* _PROBLEM DETAILS_: Your answer should be the lines from the start of the records through the line with "28.014977126), (91.643883369, 27.873568683))", copied word for word.

* _Dataset entries_:
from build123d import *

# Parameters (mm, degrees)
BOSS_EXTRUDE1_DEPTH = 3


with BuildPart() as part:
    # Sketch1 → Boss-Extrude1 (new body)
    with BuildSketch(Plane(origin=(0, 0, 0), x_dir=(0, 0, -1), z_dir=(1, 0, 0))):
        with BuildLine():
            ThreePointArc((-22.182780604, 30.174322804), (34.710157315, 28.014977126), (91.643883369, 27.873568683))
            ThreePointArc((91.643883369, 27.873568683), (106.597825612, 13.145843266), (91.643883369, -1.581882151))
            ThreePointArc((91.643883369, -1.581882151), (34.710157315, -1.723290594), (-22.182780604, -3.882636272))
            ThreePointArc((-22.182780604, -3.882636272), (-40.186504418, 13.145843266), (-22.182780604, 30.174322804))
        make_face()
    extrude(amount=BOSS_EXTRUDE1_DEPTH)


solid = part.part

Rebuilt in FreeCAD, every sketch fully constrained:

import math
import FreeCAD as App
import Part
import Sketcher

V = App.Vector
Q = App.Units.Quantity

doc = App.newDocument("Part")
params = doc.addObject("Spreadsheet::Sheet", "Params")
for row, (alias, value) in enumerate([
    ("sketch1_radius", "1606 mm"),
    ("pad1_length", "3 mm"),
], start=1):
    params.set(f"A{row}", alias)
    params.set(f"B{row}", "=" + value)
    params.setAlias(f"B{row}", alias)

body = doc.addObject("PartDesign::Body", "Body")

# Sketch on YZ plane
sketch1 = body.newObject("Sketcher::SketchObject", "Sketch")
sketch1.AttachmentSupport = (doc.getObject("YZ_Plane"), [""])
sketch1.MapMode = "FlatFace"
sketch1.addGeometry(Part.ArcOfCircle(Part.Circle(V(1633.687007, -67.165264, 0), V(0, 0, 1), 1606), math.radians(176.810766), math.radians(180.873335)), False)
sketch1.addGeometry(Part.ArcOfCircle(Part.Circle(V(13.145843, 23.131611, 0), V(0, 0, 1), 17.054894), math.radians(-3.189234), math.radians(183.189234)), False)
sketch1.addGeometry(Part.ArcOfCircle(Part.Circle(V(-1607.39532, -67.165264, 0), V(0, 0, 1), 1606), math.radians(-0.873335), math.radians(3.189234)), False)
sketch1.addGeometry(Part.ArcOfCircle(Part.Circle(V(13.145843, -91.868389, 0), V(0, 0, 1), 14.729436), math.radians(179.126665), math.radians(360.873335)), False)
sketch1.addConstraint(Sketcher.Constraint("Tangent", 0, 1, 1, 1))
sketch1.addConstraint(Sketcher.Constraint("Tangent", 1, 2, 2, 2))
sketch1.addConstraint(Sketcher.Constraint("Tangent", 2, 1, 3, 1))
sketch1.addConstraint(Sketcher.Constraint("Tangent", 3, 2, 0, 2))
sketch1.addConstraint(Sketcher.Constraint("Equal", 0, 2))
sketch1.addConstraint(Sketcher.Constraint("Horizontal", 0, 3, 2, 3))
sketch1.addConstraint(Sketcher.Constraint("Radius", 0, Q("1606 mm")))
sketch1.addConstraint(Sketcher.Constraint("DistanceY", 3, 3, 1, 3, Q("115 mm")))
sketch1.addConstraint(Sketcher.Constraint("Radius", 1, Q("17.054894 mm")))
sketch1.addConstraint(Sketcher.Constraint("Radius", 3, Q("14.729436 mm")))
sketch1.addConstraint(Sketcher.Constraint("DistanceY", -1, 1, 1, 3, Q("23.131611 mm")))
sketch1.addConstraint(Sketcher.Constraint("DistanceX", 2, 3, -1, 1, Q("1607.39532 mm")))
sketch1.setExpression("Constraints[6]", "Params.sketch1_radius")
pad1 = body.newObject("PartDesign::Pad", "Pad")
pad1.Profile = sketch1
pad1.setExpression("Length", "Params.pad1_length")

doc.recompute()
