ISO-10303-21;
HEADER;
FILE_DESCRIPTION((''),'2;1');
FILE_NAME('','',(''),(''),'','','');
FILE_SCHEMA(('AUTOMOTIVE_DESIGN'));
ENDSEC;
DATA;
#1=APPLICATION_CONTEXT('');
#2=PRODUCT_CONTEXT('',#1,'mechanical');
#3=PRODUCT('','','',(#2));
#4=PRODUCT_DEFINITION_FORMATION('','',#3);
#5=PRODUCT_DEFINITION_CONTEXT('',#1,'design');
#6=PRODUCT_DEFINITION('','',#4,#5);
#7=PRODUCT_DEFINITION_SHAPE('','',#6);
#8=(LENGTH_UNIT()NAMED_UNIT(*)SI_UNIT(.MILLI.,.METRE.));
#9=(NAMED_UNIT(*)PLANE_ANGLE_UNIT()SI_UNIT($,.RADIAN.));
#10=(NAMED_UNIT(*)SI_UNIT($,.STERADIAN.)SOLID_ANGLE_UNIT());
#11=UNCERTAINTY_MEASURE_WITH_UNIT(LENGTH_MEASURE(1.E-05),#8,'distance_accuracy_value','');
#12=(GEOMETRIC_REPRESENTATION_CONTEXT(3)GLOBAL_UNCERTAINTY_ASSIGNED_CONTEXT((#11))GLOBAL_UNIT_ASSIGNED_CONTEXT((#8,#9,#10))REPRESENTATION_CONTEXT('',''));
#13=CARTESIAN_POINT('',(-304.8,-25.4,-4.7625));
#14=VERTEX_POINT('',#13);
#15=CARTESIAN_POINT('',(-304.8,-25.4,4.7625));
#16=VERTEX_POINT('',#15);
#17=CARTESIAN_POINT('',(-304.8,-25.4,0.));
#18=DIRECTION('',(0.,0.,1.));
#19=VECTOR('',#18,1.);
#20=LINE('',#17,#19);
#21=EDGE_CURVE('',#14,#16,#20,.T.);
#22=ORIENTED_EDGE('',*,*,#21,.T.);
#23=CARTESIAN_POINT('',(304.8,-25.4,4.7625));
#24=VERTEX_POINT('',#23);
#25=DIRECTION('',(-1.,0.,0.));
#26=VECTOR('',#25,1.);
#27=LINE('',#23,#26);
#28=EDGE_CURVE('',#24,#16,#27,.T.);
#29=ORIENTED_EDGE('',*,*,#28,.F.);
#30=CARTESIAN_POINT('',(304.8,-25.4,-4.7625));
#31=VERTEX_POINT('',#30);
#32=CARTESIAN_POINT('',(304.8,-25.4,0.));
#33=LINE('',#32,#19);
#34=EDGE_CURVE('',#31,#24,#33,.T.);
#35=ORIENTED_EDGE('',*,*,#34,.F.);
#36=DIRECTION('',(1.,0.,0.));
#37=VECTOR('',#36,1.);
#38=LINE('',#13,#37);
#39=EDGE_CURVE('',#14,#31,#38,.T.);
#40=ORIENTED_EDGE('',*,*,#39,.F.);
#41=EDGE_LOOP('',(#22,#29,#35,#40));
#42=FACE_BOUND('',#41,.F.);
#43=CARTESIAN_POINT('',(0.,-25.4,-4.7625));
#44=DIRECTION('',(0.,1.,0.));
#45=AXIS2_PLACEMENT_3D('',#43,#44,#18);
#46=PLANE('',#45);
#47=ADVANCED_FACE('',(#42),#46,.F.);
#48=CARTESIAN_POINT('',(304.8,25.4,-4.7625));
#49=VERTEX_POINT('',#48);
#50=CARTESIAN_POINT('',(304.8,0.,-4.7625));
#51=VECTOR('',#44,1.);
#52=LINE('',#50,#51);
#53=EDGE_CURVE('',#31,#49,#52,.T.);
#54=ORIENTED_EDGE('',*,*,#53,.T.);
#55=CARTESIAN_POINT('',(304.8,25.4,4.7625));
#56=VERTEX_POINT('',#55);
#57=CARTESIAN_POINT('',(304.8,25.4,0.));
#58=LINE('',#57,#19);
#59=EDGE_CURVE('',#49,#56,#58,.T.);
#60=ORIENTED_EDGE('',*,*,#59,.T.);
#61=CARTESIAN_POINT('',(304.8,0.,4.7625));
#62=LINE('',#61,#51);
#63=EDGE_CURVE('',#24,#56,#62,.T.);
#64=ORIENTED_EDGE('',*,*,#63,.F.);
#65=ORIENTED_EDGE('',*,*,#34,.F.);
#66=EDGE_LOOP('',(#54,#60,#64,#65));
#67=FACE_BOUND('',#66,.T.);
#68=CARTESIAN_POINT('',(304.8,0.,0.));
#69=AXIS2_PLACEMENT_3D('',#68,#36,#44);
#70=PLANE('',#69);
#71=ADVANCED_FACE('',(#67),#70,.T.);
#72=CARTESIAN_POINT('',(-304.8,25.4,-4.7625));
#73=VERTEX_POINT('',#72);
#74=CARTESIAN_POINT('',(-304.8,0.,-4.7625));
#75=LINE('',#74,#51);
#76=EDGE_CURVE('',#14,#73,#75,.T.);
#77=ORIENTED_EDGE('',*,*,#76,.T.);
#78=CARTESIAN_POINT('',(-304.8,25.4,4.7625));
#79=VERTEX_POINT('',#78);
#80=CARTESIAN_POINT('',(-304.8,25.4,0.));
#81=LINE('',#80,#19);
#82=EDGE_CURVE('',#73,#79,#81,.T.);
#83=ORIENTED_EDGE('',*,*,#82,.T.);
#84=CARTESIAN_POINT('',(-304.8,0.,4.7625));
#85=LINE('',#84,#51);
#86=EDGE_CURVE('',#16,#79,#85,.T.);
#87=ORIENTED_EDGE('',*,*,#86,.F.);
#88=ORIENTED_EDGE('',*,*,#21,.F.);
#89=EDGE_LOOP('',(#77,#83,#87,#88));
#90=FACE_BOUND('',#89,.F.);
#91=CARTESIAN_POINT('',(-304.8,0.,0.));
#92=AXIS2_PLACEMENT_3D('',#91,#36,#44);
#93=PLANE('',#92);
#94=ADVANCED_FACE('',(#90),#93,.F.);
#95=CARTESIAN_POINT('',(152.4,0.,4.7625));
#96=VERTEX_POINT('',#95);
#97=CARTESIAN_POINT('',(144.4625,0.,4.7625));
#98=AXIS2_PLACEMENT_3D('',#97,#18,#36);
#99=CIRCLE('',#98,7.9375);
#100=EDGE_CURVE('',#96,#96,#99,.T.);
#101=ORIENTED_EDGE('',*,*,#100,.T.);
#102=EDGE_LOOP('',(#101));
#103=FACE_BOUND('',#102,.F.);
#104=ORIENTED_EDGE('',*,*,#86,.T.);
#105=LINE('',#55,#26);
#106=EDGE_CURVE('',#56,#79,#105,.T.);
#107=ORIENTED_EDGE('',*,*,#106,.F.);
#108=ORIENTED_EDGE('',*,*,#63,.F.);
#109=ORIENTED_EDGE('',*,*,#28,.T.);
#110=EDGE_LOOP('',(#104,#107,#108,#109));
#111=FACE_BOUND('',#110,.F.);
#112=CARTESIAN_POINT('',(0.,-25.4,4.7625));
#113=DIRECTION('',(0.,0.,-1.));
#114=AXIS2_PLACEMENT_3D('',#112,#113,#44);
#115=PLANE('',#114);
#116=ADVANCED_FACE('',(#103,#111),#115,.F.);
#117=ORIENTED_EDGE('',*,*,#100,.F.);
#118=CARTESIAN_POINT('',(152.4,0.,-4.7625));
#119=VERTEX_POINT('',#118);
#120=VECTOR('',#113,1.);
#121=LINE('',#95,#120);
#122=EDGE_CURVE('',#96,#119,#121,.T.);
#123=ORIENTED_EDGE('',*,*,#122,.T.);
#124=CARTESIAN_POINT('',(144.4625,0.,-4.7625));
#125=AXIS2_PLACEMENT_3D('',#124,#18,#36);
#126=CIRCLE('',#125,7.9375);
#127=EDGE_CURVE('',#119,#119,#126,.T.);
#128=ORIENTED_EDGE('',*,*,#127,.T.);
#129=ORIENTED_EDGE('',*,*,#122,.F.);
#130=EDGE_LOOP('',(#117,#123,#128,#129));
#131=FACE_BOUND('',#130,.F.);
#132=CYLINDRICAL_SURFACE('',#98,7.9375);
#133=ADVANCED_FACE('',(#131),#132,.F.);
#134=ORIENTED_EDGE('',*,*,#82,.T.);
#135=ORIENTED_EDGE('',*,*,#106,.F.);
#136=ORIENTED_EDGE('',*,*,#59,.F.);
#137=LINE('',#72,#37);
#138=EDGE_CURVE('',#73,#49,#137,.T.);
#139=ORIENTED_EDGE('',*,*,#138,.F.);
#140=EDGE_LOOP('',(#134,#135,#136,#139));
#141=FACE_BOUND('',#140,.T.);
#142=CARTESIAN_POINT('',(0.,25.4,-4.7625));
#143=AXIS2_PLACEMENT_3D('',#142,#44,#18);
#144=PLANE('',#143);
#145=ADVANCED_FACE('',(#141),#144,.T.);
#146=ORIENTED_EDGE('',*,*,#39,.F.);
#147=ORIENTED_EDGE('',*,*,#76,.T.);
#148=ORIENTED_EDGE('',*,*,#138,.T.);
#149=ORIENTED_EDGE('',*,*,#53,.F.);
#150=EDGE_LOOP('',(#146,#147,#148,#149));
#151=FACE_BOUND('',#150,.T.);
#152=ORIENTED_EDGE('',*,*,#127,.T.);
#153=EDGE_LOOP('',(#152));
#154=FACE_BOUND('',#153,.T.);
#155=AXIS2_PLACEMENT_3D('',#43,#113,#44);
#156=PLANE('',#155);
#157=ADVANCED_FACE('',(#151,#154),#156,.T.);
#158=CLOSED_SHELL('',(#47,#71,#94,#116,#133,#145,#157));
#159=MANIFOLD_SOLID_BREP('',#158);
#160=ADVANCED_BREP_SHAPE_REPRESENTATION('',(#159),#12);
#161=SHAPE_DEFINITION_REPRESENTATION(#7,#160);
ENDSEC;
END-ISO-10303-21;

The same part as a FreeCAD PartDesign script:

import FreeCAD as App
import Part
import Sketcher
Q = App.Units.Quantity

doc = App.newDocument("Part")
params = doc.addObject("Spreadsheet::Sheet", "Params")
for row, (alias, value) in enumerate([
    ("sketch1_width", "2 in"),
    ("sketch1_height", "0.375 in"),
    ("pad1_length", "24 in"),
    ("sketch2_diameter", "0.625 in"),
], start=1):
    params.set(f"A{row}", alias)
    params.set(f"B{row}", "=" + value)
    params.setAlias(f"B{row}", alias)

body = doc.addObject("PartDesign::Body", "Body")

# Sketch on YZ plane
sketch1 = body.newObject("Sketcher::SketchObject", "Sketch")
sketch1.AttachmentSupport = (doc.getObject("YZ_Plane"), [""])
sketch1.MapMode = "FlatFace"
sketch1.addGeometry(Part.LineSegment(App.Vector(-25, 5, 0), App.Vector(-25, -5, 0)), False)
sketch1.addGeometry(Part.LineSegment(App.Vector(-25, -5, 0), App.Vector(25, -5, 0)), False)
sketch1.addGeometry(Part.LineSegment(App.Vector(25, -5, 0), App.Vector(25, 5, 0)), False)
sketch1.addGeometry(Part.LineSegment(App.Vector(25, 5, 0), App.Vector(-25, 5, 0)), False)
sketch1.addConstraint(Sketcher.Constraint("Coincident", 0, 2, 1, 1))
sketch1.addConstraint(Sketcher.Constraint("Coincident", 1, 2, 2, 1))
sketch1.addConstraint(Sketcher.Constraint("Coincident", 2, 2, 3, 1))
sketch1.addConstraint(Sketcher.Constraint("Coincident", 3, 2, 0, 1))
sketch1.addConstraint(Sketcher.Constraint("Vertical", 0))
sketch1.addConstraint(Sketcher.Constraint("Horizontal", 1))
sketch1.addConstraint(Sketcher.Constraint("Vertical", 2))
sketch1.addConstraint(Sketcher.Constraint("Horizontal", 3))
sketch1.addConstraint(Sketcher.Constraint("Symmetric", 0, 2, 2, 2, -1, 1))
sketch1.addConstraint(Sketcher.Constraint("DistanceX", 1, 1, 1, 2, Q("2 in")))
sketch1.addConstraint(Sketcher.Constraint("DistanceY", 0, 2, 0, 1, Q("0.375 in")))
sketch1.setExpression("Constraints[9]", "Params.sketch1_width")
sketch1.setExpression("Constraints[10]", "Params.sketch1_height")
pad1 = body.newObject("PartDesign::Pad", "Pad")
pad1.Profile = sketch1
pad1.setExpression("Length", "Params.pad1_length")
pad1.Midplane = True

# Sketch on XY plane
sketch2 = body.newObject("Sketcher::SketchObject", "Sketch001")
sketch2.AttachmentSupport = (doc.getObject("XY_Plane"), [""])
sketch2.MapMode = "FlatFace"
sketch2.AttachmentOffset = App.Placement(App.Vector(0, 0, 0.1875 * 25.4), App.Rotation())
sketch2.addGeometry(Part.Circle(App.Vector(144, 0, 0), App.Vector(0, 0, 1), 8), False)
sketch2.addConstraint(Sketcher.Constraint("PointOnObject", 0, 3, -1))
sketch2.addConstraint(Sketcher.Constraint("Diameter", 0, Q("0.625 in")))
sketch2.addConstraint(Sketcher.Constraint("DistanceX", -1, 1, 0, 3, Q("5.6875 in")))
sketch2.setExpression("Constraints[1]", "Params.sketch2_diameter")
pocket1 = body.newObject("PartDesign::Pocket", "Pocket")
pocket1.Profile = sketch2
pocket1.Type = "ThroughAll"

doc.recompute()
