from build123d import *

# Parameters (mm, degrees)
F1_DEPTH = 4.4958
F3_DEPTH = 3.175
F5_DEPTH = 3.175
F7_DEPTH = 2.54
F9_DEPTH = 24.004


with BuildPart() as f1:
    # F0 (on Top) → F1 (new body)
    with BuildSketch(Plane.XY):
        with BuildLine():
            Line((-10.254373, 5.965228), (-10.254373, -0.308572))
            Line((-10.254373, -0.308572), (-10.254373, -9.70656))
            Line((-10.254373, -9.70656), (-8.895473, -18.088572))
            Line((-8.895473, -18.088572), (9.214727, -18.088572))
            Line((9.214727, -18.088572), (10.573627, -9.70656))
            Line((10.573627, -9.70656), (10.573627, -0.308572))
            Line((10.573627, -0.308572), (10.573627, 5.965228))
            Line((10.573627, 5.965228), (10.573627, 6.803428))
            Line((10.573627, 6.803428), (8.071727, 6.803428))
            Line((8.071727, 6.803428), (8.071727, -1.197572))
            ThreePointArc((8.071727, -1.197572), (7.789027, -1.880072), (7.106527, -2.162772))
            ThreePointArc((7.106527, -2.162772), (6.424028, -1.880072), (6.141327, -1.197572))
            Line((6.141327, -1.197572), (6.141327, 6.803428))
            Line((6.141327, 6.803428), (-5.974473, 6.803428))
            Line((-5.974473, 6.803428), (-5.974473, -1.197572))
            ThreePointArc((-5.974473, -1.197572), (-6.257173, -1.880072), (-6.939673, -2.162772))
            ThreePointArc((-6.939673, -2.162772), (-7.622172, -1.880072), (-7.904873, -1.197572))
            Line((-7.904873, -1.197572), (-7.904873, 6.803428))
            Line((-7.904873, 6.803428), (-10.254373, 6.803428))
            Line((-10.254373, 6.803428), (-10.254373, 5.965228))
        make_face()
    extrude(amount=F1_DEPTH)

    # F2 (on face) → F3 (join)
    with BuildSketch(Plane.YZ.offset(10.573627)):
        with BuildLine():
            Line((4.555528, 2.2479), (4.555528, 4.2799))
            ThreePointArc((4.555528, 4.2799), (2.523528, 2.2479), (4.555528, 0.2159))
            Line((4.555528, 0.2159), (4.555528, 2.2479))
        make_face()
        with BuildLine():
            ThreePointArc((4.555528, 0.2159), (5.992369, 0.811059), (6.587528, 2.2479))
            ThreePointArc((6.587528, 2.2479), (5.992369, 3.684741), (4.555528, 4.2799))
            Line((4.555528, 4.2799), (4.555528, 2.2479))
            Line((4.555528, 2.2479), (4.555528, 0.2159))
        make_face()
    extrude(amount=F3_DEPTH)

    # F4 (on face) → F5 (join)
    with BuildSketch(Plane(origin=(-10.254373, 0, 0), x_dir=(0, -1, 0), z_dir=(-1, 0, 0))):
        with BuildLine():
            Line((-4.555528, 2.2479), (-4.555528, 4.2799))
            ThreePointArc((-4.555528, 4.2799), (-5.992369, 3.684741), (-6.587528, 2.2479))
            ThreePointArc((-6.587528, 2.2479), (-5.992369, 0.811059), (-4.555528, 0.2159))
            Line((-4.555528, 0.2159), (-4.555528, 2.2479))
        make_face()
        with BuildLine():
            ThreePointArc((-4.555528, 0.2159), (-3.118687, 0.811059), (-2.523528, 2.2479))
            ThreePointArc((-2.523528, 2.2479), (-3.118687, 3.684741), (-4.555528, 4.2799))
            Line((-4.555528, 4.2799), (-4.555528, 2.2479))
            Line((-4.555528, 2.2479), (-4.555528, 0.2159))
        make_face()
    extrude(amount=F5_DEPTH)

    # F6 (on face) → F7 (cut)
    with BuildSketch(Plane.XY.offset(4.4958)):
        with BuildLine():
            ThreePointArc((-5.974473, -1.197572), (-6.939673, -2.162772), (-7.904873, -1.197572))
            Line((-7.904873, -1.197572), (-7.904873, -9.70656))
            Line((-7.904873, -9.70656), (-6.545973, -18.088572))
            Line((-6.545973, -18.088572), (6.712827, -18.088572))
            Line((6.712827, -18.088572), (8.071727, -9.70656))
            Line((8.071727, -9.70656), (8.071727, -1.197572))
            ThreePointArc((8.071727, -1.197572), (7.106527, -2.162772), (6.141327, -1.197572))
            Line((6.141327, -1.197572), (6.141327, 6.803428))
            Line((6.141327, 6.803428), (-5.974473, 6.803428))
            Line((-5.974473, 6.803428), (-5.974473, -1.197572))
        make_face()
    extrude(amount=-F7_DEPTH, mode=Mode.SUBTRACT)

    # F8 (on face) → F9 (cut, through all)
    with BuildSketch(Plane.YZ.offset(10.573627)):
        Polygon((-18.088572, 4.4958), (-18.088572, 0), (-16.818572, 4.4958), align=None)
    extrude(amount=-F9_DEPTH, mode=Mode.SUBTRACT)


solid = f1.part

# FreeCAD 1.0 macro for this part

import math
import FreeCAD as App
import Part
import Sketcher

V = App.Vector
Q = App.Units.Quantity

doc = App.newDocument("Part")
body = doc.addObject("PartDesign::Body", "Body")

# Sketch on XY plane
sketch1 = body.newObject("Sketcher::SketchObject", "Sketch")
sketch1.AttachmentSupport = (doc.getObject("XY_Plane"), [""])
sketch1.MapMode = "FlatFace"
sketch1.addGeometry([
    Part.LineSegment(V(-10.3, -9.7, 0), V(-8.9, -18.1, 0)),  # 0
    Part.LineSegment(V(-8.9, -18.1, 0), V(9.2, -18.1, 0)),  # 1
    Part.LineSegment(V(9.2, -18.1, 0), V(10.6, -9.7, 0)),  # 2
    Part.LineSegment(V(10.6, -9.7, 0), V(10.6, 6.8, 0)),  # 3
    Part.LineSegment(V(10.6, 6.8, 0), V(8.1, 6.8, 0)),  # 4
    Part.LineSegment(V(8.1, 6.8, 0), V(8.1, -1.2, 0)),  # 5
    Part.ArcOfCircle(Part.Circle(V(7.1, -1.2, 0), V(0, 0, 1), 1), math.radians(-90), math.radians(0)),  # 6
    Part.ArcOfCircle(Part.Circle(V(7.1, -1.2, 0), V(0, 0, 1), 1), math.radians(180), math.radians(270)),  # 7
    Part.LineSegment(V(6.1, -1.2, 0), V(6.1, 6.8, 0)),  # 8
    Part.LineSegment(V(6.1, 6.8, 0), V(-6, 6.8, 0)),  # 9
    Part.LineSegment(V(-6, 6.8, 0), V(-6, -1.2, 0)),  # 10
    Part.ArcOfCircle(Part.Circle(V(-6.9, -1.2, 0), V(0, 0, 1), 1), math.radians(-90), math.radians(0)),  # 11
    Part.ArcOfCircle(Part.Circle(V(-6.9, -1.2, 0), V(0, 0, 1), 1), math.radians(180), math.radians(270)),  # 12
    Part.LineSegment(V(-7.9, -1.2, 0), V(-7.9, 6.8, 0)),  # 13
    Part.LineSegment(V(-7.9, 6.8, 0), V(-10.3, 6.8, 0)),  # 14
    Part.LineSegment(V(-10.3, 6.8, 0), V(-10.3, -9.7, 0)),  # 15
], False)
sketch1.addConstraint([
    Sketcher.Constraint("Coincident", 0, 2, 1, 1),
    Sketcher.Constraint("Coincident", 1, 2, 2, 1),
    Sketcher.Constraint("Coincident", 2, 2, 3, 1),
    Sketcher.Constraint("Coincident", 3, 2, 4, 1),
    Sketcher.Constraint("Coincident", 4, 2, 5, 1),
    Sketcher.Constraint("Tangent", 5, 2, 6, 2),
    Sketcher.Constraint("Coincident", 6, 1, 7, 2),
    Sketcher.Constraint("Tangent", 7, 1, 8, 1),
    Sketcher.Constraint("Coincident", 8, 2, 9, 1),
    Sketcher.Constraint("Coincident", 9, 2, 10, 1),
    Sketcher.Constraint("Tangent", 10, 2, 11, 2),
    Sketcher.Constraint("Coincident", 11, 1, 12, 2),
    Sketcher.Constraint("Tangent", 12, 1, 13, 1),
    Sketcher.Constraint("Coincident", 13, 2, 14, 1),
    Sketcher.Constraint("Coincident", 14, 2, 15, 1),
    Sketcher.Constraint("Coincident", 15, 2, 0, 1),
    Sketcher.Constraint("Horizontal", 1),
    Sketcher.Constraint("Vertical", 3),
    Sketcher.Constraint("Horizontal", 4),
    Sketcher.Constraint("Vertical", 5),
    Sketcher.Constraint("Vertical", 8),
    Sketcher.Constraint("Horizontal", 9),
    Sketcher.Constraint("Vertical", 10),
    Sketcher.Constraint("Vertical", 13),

* _SOLUTION_:
from build123d import *

# Parameters (mm, degrees)
BOSS_EXTRUDE1_DEPTH = 3


with BuildPart() as part:
    # Sketch1 → Boss-Extrude1 (new body)
    with BuildSketch(Plane(origin=(0, 0, 0), x_dir=(0, 0, -1), z_dir=(1, 0, 0))):
        with BuildLine():
            ThreePointArc((-22.182780604, 30.174322804), (34.710157315, 28.014977126), (91.643883369, 27.873568683))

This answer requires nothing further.